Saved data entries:
--------

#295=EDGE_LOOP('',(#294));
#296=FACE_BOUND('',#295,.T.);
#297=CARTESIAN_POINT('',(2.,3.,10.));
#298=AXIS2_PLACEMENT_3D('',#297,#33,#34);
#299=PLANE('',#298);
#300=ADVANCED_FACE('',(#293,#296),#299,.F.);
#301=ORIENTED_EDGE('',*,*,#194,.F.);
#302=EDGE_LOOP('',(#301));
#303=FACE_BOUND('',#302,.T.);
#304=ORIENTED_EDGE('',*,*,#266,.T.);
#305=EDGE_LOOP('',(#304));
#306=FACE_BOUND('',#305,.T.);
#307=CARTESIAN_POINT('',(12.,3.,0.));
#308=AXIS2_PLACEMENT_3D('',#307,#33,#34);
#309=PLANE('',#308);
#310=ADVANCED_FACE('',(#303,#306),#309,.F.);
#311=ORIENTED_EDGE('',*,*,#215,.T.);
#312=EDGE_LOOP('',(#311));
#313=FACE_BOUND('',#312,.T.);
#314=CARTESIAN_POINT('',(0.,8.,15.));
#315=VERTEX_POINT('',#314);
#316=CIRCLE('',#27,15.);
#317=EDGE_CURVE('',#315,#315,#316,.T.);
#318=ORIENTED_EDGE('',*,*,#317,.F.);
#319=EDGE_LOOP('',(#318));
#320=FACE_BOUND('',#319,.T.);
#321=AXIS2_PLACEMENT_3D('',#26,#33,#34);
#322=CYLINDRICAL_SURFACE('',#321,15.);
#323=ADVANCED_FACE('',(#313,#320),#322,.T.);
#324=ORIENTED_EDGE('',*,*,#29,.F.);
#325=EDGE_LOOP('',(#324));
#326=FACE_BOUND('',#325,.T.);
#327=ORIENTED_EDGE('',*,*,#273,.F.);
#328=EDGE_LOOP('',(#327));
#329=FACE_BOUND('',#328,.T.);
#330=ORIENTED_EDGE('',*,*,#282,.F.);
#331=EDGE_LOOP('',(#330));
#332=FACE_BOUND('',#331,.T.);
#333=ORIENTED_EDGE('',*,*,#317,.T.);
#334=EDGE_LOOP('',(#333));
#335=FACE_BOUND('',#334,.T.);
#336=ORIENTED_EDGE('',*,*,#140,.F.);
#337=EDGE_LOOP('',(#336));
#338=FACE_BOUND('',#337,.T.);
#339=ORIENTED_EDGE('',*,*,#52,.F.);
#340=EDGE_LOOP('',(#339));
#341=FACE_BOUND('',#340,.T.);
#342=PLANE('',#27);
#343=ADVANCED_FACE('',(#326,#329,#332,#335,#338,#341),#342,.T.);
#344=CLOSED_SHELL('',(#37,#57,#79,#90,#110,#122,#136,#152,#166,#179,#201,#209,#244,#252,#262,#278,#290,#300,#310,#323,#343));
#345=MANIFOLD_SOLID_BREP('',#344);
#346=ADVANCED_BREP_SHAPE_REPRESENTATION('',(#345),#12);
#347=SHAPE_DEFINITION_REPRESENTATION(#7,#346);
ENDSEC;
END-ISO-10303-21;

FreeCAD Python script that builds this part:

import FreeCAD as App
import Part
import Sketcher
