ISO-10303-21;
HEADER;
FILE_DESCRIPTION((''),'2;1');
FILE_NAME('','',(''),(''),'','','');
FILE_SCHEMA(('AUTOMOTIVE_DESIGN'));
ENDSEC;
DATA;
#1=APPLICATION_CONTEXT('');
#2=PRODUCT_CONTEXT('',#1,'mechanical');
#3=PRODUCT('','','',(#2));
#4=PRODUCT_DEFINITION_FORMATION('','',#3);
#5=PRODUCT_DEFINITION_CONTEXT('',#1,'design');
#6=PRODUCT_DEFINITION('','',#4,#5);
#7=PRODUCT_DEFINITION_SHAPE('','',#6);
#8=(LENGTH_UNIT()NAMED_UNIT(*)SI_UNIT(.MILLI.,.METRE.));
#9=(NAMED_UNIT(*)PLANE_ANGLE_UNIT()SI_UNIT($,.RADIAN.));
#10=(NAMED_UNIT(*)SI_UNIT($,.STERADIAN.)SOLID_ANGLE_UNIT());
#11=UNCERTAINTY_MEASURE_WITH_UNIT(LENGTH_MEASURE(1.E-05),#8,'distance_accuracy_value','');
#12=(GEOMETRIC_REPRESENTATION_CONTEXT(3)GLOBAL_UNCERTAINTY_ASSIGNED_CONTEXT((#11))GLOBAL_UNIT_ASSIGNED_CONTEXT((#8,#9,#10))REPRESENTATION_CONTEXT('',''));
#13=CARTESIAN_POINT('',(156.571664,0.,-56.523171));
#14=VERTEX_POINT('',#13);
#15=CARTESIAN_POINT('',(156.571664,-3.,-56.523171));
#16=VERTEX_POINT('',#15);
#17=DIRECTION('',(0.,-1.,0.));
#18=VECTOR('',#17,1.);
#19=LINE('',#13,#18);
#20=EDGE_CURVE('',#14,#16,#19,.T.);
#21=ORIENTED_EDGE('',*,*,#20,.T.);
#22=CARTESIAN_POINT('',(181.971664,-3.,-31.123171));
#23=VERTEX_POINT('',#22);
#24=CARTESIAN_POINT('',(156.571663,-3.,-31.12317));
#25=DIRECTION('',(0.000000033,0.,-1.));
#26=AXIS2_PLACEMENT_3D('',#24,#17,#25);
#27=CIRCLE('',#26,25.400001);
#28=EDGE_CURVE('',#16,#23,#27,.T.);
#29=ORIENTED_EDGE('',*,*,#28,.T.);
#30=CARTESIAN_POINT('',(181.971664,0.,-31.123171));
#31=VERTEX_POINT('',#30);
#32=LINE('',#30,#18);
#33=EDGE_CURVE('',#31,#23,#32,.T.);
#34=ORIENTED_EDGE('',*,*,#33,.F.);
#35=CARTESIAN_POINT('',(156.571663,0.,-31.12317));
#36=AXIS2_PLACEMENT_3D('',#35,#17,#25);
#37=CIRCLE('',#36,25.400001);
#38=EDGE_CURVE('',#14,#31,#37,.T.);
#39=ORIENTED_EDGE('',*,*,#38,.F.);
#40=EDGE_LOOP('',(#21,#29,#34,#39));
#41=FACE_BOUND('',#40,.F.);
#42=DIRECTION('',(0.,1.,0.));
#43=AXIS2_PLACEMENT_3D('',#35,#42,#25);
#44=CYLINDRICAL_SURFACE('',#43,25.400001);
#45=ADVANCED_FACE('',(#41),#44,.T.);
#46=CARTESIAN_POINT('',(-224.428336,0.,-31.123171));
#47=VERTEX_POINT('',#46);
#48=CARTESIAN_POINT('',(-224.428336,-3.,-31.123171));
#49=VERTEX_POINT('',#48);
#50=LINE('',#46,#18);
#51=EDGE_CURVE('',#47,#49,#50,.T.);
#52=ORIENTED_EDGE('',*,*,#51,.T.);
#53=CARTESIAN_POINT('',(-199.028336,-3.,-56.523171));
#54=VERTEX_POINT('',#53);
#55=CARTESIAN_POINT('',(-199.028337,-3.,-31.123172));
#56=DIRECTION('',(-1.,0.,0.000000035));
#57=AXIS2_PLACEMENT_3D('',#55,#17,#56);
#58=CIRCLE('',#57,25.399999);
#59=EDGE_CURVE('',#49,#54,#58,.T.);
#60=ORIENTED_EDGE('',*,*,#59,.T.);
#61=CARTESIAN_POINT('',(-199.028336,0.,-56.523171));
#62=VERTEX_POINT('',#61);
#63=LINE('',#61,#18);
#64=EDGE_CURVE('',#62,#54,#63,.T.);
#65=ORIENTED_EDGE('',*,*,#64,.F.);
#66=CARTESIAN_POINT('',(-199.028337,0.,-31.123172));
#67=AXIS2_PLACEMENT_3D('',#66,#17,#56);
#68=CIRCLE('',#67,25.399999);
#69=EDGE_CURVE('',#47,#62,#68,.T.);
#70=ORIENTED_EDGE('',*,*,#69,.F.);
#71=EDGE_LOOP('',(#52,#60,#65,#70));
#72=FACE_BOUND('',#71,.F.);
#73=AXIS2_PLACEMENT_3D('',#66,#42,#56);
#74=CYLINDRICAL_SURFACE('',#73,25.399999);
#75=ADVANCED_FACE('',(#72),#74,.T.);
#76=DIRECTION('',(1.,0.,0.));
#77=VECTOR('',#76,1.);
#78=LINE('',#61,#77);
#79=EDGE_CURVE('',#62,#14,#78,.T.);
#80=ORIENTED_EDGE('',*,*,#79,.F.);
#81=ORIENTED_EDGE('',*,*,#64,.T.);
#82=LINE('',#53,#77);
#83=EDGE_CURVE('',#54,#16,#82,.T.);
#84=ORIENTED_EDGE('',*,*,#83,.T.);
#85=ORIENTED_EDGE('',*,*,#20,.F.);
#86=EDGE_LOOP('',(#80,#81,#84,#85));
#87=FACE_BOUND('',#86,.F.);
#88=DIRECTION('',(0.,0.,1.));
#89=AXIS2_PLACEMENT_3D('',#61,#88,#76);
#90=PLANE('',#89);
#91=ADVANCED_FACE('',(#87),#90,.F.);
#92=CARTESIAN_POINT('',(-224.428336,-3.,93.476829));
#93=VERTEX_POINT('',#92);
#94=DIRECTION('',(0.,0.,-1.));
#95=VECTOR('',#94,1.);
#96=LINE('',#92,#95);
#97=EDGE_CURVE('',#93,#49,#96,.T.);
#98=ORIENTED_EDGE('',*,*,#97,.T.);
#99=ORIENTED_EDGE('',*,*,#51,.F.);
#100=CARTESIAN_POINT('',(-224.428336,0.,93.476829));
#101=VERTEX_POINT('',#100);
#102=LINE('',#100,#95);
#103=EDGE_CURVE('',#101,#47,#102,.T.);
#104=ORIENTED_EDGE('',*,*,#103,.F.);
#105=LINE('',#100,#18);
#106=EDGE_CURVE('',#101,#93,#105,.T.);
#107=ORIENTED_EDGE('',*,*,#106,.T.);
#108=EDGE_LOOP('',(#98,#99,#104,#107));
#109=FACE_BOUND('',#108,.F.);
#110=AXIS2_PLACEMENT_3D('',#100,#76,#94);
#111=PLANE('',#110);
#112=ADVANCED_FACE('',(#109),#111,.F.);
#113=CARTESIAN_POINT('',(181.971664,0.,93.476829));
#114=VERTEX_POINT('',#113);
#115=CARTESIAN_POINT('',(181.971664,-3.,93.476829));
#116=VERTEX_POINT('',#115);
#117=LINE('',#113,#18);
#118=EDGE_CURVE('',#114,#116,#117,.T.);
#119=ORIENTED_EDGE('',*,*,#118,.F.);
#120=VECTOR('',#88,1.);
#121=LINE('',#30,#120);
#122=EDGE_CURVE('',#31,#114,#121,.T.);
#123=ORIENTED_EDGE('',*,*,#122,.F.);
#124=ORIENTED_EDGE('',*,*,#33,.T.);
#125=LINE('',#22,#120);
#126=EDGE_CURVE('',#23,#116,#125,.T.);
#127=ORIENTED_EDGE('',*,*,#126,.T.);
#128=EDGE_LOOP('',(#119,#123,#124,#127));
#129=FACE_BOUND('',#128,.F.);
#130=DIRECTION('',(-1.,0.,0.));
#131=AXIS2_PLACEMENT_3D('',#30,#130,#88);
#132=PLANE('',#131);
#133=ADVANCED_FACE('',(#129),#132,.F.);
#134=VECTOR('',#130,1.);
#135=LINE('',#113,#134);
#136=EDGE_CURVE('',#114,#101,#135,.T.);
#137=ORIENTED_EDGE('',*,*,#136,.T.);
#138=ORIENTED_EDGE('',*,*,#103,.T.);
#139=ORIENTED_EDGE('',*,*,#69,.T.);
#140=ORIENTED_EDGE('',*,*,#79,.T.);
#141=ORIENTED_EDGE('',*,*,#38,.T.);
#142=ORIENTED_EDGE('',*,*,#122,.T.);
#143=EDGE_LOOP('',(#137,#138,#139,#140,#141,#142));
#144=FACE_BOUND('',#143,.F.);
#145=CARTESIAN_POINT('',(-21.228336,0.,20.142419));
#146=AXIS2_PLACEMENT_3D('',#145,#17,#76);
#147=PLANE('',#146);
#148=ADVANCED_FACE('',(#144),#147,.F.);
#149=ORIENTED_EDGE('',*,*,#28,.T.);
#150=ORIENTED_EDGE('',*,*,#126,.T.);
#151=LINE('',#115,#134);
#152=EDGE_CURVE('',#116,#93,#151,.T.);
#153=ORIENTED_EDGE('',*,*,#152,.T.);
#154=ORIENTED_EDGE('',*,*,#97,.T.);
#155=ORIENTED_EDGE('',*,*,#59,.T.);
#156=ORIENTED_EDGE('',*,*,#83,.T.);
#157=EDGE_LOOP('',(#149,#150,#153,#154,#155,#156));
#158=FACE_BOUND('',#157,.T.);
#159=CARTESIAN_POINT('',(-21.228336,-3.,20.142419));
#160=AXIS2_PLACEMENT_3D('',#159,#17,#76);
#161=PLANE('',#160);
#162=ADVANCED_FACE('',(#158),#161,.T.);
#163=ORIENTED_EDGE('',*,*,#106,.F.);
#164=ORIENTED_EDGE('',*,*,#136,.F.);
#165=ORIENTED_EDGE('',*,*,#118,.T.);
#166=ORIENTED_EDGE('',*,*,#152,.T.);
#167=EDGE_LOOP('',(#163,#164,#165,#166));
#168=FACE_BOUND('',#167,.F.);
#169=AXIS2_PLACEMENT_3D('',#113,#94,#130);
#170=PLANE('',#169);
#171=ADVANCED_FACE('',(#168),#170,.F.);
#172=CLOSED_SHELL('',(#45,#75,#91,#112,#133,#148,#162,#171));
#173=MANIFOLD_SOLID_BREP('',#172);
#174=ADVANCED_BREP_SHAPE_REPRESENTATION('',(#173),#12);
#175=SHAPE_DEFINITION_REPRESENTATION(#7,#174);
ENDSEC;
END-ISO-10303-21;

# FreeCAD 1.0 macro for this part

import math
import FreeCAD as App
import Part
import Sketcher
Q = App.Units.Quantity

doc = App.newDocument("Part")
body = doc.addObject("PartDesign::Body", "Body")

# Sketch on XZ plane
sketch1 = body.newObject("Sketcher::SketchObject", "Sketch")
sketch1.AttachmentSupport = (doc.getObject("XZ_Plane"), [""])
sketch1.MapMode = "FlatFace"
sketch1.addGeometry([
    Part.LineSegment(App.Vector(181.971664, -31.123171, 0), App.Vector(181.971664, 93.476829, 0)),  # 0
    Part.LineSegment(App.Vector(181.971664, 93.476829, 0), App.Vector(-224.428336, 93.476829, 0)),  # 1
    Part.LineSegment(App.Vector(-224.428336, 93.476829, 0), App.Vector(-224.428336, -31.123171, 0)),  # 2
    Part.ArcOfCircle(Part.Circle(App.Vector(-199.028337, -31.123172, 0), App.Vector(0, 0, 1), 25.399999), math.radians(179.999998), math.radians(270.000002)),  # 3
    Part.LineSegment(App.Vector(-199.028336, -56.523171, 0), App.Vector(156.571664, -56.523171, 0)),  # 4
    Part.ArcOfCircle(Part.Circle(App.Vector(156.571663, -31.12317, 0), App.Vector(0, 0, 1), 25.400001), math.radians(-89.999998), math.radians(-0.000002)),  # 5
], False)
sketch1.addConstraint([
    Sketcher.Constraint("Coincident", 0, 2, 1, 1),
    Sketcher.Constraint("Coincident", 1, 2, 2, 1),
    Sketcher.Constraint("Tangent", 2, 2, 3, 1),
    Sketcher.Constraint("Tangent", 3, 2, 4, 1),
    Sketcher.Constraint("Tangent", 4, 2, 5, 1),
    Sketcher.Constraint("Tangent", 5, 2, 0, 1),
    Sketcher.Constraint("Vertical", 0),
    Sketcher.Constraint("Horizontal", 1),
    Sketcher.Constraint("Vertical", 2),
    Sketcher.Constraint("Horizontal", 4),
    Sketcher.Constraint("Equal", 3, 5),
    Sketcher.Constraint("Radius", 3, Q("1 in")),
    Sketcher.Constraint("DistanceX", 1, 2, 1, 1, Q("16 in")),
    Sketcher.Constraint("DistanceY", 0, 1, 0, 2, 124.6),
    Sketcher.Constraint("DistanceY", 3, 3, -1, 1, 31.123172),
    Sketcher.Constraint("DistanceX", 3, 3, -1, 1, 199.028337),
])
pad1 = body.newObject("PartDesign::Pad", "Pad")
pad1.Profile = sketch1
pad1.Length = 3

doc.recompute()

--------

**What is required:**
In the records above, find the line with "#83=EDGE_CURVE('',#54,#16,#82,.T.);"; write out exactly that line and each one after it, stopping after the line with "#99=ORIENTED_EDGE('',*,*,#51,.F.);".

**Expected output:**
#83=EDGE_CURVE('',#54,#16,#82,.T.);
#84=ORIENTED_EDGE('',*,*,#83,.T.);
#85=ORIENTED_EDGE('',*,*,#20,.F.);
#86=EDGE_LOOP('',(#80,#81,#84,#85));
#87=FACE_BOUND('',#86,.F.);
#88=DIRECTION('',(0.,0.,1.));
#89=AXIS2_PLACEMENT_3D('',#61,#88,#76);
#90=PLANE('',#89);
#91=ADVANCED_FACE('',(#87),#90,.F.);
#92=CARTESIAN_POINT('',(-224.428336,-3.,93.476829));
#93=VERTEX_POINT('',#92);
#94=DIRECTION('',(0.,0.,-1.));
#95=VECTOR('',#94,1.);
#96=LINE('',#92,#95);
#97=EDGE_CURVE('',#93,#49,#96,.T.);
#98=ORIENTED_EDGE('',*,*,#97,.T.);
#99=ORIENTED_EDGE('',*,*,#51,.F.);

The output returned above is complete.